Recorded information below:

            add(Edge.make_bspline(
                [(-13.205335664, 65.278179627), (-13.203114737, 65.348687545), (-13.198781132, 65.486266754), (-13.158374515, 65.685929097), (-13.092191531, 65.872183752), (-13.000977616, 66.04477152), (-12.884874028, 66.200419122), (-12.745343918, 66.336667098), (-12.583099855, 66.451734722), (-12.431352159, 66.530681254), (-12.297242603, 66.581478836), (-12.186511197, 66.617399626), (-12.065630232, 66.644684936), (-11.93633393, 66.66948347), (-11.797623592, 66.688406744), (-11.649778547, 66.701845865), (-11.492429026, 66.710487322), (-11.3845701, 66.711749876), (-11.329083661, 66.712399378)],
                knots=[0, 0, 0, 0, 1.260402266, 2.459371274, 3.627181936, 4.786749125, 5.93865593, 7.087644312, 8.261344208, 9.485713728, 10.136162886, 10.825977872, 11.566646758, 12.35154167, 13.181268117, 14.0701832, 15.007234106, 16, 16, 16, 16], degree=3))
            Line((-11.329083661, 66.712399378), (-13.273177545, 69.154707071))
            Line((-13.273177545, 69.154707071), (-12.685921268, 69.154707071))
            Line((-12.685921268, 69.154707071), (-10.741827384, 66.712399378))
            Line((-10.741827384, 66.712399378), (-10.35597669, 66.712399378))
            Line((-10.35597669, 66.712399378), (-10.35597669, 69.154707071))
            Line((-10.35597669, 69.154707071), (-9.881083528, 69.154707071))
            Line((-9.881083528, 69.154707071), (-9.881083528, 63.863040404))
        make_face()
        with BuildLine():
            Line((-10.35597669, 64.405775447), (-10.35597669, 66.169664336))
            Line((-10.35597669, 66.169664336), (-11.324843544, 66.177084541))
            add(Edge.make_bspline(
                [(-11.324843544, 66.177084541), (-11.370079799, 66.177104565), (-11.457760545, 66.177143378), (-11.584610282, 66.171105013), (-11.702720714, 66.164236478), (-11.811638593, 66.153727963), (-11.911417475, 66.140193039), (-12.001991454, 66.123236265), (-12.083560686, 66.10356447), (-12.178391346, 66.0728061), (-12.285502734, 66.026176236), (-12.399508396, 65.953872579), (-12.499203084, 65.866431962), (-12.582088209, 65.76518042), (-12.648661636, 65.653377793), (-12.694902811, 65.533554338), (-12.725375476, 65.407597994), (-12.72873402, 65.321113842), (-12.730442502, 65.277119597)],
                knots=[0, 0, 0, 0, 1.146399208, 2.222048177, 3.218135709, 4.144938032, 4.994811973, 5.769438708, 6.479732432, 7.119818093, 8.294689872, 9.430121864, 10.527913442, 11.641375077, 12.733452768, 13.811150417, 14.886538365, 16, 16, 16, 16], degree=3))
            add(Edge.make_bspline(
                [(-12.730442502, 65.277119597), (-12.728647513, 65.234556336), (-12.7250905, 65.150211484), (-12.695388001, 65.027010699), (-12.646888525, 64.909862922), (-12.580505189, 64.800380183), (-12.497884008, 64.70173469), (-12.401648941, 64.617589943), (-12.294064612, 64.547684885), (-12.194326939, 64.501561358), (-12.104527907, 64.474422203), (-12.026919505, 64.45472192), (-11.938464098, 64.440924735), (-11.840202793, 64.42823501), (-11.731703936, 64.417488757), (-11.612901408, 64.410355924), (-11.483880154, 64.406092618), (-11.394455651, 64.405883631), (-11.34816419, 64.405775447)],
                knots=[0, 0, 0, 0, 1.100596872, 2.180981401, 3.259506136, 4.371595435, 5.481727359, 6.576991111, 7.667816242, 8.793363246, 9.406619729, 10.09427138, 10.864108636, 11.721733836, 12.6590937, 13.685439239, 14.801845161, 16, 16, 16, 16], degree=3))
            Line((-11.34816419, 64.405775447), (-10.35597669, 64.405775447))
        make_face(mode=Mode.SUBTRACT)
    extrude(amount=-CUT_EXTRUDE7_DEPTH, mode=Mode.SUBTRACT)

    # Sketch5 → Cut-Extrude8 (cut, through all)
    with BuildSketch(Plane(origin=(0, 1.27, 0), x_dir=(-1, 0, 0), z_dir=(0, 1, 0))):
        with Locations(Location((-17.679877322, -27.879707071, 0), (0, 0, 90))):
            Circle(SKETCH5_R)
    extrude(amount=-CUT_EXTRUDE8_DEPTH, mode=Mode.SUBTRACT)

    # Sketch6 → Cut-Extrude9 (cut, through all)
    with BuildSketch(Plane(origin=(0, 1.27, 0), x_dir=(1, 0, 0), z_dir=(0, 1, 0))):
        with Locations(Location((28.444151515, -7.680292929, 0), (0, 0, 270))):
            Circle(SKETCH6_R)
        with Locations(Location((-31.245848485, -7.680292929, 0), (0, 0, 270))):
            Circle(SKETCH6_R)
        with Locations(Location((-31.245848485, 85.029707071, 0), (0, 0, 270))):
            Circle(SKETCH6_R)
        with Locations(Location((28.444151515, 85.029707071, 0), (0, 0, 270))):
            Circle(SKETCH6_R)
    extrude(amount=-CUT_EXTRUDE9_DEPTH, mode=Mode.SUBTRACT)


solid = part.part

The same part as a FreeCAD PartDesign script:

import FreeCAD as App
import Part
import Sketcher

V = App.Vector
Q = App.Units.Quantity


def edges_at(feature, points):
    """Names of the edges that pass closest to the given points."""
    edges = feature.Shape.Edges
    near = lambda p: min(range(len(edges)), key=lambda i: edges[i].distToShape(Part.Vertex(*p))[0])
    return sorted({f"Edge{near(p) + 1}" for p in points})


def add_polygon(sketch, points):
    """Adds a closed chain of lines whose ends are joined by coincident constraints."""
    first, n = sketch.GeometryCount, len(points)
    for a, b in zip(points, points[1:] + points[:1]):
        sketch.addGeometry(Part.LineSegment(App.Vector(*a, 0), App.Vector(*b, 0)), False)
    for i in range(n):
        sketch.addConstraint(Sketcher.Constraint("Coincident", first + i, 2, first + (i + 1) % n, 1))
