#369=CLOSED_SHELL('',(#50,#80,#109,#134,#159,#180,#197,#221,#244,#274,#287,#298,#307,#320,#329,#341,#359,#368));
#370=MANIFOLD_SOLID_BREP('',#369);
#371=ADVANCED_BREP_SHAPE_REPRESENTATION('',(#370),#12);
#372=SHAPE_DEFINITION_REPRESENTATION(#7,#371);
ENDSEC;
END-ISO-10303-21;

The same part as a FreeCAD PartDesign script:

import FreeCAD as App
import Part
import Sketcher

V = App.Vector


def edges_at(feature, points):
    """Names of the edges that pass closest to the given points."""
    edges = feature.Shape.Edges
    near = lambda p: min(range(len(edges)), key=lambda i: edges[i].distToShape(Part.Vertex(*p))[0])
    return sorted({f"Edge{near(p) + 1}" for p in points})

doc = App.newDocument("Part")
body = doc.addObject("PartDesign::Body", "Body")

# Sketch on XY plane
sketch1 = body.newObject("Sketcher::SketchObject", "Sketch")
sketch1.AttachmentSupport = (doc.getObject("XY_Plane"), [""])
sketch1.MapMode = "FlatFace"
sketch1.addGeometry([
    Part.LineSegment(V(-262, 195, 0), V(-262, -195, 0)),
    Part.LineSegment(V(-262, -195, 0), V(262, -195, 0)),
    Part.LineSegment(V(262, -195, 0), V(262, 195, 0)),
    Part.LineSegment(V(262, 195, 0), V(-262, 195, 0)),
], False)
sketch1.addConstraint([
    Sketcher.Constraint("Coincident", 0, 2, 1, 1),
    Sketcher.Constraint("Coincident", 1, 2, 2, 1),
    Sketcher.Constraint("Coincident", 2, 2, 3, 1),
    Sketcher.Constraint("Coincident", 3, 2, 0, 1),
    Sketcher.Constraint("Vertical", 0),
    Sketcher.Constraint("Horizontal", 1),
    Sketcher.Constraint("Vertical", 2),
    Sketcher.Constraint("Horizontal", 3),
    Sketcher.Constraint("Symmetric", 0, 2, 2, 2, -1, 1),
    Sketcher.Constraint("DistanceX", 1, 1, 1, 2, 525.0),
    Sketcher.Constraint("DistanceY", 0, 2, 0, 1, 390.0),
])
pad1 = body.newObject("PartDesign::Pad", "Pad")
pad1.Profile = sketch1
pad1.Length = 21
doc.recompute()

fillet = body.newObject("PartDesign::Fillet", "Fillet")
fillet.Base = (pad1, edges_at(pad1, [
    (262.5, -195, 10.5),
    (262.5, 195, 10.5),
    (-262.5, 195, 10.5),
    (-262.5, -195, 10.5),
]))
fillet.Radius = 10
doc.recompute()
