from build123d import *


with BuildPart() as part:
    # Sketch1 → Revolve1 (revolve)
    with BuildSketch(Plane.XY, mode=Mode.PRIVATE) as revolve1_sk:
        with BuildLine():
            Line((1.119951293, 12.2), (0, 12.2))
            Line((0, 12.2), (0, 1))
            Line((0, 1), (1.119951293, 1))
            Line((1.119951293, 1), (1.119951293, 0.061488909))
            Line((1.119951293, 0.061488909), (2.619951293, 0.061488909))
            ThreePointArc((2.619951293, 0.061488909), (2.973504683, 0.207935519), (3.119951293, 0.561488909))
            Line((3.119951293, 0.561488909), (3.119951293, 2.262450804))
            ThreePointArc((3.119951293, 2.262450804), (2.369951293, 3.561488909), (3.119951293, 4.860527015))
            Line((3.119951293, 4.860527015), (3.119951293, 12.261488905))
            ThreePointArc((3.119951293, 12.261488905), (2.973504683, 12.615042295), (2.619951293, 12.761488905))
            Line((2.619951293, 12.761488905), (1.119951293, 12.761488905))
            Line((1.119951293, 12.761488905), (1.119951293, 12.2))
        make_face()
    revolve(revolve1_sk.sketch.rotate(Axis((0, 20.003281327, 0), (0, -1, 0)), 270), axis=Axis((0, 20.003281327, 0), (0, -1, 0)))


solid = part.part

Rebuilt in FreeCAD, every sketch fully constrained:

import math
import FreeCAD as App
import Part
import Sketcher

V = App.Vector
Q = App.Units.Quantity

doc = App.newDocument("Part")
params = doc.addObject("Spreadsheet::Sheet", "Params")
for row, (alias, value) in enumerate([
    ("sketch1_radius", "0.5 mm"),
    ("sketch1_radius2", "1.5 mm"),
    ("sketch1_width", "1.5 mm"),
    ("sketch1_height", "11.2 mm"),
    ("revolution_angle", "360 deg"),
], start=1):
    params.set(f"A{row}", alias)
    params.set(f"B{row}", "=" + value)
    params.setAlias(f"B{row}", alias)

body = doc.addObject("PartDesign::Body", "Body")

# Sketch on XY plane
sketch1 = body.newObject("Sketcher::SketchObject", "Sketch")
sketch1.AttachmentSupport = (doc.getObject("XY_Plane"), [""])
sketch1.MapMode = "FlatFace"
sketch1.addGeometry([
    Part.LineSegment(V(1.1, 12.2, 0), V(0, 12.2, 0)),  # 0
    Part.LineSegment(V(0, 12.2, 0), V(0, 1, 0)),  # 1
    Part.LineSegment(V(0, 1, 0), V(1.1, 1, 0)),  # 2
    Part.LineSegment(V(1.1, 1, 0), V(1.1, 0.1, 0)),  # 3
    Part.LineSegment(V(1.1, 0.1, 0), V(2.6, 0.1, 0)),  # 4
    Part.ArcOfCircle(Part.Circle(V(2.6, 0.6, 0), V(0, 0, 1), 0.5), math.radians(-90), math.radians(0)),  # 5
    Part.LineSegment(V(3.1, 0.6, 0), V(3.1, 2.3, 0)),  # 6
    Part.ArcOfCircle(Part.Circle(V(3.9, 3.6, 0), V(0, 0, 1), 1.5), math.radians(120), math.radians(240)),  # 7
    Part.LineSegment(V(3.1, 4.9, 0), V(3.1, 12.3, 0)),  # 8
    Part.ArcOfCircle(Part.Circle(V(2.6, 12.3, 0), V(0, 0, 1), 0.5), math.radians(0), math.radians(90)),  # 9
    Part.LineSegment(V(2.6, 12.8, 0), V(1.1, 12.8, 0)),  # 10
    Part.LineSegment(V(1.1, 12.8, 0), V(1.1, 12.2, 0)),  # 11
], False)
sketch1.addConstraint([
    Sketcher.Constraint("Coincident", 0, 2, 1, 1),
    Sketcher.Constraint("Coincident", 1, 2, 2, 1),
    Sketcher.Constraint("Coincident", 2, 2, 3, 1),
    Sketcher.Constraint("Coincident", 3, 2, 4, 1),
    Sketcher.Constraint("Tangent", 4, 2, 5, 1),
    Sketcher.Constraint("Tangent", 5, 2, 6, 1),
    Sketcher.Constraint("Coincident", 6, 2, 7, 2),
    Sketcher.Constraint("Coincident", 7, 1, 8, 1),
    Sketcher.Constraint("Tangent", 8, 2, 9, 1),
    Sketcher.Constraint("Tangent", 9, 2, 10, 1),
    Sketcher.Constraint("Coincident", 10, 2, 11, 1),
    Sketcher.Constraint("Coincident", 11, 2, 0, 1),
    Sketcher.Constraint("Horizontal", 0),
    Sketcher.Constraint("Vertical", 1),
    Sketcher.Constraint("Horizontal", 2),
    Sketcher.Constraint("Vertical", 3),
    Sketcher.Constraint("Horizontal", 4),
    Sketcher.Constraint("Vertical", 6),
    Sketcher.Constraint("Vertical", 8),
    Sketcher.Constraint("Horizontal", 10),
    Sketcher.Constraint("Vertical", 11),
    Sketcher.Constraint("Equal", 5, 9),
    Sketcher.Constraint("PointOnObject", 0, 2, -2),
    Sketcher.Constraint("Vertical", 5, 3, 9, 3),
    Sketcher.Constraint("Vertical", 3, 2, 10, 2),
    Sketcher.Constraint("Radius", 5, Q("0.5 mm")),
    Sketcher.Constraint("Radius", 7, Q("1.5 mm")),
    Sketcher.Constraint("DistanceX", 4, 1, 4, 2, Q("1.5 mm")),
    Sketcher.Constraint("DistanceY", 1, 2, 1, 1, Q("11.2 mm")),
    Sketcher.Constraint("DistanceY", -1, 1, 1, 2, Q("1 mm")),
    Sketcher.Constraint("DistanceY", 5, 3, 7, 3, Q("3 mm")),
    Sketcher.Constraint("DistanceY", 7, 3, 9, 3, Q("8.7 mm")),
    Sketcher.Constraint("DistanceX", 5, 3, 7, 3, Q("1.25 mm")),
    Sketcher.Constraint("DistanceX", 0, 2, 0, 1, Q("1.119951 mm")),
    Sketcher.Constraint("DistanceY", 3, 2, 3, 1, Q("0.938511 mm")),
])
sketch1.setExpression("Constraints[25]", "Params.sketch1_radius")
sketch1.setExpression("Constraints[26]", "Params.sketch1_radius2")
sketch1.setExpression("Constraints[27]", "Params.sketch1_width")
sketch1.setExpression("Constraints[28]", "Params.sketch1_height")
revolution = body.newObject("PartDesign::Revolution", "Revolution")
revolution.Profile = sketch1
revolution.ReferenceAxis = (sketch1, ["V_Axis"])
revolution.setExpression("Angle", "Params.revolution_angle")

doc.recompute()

End of Recorded information.

_Work instruction_. The answer must be a single number: the count of lines above that contain the word "SUBTRACT".

_Answer section_. 4